● **Your goal**
From the line with "from build123d import *" to the line with "-21.674944708), (28.9894759301, 0))", retype every line exactly, including those two, and leave out the rest of the data below.

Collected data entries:
++++++++

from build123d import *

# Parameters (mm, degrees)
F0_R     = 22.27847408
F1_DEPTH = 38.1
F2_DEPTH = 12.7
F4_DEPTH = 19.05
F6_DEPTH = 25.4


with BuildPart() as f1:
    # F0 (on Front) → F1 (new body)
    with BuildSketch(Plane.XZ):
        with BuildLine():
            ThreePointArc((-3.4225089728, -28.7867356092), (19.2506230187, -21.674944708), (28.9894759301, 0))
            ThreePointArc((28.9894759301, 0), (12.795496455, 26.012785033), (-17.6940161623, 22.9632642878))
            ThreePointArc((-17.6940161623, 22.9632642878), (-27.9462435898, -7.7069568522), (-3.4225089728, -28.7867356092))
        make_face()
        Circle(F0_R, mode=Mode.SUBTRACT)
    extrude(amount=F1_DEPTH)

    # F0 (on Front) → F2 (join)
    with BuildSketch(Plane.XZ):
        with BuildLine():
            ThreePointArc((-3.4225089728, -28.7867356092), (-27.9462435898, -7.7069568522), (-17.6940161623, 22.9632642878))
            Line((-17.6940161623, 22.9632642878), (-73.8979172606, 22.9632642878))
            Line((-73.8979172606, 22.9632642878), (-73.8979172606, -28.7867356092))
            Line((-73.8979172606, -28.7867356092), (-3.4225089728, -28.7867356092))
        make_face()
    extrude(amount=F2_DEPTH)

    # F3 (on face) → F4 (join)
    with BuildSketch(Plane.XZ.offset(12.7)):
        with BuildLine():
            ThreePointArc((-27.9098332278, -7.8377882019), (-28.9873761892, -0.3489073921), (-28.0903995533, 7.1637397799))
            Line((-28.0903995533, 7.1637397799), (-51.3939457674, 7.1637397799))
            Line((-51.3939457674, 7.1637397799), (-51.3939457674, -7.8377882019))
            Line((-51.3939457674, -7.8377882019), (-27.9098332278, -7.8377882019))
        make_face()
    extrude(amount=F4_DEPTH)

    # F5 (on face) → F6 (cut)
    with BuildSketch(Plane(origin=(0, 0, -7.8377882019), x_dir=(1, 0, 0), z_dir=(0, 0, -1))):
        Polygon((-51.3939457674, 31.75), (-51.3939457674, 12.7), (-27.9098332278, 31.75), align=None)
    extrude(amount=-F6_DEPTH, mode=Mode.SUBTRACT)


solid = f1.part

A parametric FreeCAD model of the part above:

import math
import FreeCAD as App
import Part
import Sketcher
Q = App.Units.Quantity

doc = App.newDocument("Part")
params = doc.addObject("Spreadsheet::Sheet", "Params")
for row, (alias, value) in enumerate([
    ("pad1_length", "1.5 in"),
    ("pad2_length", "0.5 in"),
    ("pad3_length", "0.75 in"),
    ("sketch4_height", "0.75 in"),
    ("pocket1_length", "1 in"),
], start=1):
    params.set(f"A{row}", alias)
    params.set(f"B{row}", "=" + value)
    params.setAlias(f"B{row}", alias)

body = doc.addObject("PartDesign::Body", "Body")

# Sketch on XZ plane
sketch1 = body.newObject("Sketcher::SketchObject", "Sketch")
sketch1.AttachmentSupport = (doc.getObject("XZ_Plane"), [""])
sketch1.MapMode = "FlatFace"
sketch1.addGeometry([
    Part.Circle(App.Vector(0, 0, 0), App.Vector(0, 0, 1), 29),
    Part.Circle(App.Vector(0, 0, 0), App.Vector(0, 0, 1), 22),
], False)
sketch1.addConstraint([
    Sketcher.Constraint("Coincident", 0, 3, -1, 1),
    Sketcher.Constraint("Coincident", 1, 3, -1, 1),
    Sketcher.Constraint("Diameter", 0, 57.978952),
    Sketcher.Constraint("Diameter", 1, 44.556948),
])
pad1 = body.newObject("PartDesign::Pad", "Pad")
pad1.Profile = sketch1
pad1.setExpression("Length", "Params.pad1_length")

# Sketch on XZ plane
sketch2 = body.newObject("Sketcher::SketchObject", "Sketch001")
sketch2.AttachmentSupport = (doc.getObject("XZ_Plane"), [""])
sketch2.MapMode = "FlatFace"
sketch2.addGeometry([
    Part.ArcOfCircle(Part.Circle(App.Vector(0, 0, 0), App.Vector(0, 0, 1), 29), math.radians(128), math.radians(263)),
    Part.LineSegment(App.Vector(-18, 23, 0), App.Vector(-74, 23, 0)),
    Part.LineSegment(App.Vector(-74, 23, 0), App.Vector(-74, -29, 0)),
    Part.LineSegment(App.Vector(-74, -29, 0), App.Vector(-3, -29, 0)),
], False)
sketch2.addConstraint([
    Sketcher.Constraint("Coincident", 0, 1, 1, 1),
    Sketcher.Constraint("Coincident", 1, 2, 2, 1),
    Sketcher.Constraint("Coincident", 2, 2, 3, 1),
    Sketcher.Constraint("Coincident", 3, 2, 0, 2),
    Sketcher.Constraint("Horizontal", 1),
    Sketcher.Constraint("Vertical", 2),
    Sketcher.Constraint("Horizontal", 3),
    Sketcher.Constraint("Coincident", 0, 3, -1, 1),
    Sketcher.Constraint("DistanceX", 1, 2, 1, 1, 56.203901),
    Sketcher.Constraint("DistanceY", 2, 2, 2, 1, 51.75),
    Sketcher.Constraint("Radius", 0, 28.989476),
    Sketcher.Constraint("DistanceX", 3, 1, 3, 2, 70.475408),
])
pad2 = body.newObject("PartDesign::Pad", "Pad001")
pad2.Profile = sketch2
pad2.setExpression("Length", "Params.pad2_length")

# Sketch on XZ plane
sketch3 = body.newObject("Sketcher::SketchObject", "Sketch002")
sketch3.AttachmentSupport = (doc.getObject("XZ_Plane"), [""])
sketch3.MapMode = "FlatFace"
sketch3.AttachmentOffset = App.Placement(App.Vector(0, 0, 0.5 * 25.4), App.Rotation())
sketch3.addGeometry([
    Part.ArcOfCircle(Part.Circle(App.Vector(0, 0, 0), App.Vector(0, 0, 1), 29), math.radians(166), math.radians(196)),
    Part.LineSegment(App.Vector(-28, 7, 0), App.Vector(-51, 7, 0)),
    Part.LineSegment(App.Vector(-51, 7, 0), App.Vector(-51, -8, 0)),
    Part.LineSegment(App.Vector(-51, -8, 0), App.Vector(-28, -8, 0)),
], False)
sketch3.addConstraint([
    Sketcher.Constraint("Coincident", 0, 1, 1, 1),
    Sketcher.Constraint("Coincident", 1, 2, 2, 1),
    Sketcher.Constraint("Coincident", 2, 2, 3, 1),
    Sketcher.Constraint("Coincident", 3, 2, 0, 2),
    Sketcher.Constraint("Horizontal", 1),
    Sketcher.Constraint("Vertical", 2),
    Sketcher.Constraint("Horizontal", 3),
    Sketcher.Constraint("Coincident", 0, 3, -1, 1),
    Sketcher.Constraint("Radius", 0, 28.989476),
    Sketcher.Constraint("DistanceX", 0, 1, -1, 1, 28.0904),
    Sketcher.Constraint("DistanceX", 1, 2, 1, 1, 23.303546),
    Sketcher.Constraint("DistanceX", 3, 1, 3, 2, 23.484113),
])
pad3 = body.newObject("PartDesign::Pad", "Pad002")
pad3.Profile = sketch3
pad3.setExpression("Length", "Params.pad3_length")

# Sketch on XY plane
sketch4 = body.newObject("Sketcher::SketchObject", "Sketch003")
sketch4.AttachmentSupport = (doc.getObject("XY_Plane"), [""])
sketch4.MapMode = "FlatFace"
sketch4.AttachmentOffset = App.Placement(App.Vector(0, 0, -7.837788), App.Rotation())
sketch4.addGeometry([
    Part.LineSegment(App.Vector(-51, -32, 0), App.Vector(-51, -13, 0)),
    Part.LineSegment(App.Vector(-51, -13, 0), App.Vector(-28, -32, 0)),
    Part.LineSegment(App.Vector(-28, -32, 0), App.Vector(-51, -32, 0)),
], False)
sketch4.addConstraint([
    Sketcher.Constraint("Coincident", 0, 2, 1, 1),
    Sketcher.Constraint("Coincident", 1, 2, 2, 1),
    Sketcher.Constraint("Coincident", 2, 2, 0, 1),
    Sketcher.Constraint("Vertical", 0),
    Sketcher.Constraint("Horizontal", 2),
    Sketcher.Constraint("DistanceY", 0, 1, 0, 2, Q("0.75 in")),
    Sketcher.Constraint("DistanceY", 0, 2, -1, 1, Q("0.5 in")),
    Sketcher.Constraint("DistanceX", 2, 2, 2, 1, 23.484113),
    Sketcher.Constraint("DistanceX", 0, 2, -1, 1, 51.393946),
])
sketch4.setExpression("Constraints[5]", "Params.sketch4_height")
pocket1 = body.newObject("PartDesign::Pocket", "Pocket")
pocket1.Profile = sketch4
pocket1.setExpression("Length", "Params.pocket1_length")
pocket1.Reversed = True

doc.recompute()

++++++++

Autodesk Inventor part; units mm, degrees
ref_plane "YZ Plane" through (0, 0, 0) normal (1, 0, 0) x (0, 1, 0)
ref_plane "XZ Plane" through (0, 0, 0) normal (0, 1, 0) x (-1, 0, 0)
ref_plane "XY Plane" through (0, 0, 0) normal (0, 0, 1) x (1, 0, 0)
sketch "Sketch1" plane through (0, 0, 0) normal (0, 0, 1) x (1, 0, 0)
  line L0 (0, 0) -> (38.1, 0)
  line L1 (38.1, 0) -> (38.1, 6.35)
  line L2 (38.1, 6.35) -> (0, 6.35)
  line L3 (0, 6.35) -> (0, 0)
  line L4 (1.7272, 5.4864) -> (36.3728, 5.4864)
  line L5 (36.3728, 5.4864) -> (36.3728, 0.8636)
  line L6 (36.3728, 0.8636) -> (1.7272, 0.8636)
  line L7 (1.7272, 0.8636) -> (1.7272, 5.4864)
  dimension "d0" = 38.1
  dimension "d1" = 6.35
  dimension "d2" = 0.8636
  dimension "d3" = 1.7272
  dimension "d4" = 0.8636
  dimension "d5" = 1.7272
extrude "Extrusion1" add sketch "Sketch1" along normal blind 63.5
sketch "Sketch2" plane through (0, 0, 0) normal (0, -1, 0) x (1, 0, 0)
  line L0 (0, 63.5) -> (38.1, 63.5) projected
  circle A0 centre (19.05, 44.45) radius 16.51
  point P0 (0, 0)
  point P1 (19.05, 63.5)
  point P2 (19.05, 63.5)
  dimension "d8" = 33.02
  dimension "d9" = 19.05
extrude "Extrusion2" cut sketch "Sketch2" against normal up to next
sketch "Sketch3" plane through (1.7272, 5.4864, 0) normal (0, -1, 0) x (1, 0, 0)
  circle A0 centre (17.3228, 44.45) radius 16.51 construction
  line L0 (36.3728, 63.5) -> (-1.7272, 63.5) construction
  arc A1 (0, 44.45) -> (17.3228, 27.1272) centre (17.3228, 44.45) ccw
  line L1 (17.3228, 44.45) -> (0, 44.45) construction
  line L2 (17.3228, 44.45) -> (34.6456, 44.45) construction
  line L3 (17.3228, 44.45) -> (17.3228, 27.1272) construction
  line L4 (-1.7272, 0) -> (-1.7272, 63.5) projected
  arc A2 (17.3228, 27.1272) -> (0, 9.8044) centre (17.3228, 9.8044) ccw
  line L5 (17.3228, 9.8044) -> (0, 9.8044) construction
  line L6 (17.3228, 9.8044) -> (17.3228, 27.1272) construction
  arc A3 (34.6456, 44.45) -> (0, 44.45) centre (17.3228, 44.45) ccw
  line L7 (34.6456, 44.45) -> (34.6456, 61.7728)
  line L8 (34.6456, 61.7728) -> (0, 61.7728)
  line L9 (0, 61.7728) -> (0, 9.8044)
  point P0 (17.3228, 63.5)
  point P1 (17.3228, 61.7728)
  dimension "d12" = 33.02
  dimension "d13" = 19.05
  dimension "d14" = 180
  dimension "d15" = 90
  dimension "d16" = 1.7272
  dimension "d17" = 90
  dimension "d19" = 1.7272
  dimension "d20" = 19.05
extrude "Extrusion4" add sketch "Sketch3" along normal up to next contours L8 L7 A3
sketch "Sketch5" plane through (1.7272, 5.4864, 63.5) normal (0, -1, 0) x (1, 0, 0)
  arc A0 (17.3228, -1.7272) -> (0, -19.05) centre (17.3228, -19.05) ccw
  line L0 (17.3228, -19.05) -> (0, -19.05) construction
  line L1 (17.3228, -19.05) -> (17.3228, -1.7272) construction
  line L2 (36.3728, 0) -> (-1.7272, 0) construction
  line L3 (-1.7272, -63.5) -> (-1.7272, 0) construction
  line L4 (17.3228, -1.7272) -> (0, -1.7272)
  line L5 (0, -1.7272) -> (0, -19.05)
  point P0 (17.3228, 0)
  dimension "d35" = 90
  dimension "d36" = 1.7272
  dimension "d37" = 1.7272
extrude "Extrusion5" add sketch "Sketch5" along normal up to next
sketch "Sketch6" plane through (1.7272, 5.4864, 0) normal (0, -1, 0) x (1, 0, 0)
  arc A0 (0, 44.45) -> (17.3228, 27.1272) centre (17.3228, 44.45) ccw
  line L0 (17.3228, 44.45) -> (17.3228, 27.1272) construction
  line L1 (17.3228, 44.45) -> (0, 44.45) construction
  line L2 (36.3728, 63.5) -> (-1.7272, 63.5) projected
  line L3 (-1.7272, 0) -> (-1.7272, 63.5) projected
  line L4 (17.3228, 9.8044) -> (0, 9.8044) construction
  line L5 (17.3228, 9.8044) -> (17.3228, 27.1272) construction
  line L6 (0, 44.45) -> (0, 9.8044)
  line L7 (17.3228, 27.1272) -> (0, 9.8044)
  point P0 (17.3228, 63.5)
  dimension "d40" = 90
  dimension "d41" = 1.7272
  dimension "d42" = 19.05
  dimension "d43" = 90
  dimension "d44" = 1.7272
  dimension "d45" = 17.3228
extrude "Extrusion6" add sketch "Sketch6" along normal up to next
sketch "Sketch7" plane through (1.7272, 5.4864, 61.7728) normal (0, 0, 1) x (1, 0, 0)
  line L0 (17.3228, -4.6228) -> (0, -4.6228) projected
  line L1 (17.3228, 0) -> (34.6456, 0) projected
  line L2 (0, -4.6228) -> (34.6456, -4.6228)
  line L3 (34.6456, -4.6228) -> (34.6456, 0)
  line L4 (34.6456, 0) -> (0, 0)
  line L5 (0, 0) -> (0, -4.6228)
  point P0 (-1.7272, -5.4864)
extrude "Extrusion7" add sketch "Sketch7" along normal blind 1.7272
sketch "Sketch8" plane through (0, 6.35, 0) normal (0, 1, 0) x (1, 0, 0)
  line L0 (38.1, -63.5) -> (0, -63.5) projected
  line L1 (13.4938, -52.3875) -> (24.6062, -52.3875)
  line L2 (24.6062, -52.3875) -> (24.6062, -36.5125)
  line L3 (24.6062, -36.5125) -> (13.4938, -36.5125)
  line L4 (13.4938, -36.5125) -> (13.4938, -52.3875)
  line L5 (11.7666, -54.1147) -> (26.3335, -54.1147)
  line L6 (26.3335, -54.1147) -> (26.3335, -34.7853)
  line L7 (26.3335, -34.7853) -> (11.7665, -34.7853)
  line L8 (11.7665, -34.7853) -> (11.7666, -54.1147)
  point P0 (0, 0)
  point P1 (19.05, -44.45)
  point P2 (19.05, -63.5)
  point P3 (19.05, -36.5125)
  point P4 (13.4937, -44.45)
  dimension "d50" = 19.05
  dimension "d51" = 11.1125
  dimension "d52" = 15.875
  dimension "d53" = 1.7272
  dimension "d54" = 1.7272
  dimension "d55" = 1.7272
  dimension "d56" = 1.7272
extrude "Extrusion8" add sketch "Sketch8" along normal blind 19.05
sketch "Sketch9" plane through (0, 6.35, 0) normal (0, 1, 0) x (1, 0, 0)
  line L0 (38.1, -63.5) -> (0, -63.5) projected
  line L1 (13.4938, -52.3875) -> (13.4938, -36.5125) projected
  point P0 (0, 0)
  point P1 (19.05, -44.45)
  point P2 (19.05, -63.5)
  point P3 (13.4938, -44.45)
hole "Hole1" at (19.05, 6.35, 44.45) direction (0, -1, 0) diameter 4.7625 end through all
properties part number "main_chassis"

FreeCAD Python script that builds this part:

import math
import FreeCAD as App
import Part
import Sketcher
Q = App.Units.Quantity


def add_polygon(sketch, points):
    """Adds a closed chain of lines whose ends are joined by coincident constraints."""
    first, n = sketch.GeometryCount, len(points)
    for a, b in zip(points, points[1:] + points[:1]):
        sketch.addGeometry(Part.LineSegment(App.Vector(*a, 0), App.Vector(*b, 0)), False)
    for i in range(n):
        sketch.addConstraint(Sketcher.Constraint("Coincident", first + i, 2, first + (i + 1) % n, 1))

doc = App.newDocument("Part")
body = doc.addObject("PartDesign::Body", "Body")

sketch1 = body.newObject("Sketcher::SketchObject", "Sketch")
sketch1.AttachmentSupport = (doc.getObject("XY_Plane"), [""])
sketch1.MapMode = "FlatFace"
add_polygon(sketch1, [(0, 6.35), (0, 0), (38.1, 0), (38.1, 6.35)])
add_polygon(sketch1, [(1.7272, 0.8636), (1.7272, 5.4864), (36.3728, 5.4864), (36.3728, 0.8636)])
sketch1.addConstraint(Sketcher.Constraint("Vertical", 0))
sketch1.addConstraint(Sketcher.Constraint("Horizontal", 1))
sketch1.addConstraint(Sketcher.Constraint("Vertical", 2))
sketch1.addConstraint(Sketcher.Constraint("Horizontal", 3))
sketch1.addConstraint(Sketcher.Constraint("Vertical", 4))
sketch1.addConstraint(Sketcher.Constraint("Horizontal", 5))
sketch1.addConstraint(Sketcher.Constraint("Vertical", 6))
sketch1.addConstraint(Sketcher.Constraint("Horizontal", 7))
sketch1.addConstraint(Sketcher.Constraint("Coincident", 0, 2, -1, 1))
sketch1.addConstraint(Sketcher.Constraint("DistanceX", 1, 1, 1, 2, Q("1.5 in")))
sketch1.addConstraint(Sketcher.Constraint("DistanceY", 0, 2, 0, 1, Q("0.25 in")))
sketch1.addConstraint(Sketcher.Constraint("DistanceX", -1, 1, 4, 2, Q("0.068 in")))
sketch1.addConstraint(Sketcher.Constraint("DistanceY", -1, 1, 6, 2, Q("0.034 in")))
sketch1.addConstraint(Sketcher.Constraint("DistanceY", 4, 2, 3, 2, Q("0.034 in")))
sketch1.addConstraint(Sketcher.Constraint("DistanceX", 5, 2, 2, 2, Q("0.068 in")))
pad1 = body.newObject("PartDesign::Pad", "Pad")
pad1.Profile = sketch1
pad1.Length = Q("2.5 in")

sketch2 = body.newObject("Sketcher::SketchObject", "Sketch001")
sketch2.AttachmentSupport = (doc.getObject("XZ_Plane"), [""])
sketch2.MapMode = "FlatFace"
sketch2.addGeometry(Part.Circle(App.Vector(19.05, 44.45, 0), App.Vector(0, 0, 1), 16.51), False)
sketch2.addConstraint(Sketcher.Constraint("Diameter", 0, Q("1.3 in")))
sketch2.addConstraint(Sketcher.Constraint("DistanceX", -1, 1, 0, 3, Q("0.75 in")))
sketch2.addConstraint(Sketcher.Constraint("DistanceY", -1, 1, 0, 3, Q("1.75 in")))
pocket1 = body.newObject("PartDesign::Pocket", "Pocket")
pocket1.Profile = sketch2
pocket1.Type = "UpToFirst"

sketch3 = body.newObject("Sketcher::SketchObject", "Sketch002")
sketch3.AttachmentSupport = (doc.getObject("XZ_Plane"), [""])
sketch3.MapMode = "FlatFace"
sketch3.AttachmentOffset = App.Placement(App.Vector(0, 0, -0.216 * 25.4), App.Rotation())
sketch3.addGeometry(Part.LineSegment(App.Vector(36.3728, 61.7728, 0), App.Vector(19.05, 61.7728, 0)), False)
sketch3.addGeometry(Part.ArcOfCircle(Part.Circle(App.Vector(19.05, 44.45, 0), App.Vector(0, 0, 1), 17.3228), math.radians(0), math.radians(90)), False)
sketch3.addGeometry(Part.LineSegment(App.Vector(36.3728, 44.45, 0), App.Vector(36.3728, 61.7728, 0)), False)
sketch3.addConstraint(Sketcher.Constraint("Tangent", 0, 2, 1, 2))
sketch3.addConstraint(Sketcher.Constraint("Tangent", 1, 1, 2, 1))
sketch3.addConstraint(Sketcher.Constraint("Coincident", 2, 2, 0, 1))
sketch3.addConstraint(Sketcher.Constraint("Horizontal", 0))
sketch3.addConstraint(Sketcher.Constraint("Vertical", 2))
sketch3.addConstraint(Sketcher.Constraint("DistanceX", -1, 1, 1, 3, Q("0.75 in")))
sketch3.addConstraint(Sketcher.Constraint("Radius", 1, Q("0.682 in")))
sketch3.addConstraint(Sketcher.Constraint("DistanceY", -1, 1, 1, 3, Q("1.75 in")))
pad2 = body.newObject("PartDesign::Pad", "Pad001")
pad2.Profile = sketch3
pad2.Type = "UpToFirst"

++++++++

● **Reply to the task**
from build123d import *

# Parameters (mm, degrees)
F0_R     = 22.27847408
F1_DEPTH = 38.1
F2_DEPTH = 12.7
F4_DEPTH = 19.05
F6_DEPTH = 25.4


with BuildPart() as f1:
    # F0 (on Front) → F1 (new body)
    with BuildSketch(Plane.XZ):
        with BuildLine():
            ThreePointArc((-3.4225089728, -28.7867356092), (19.2506230187, -21.674944708), (28.9894759301, 0))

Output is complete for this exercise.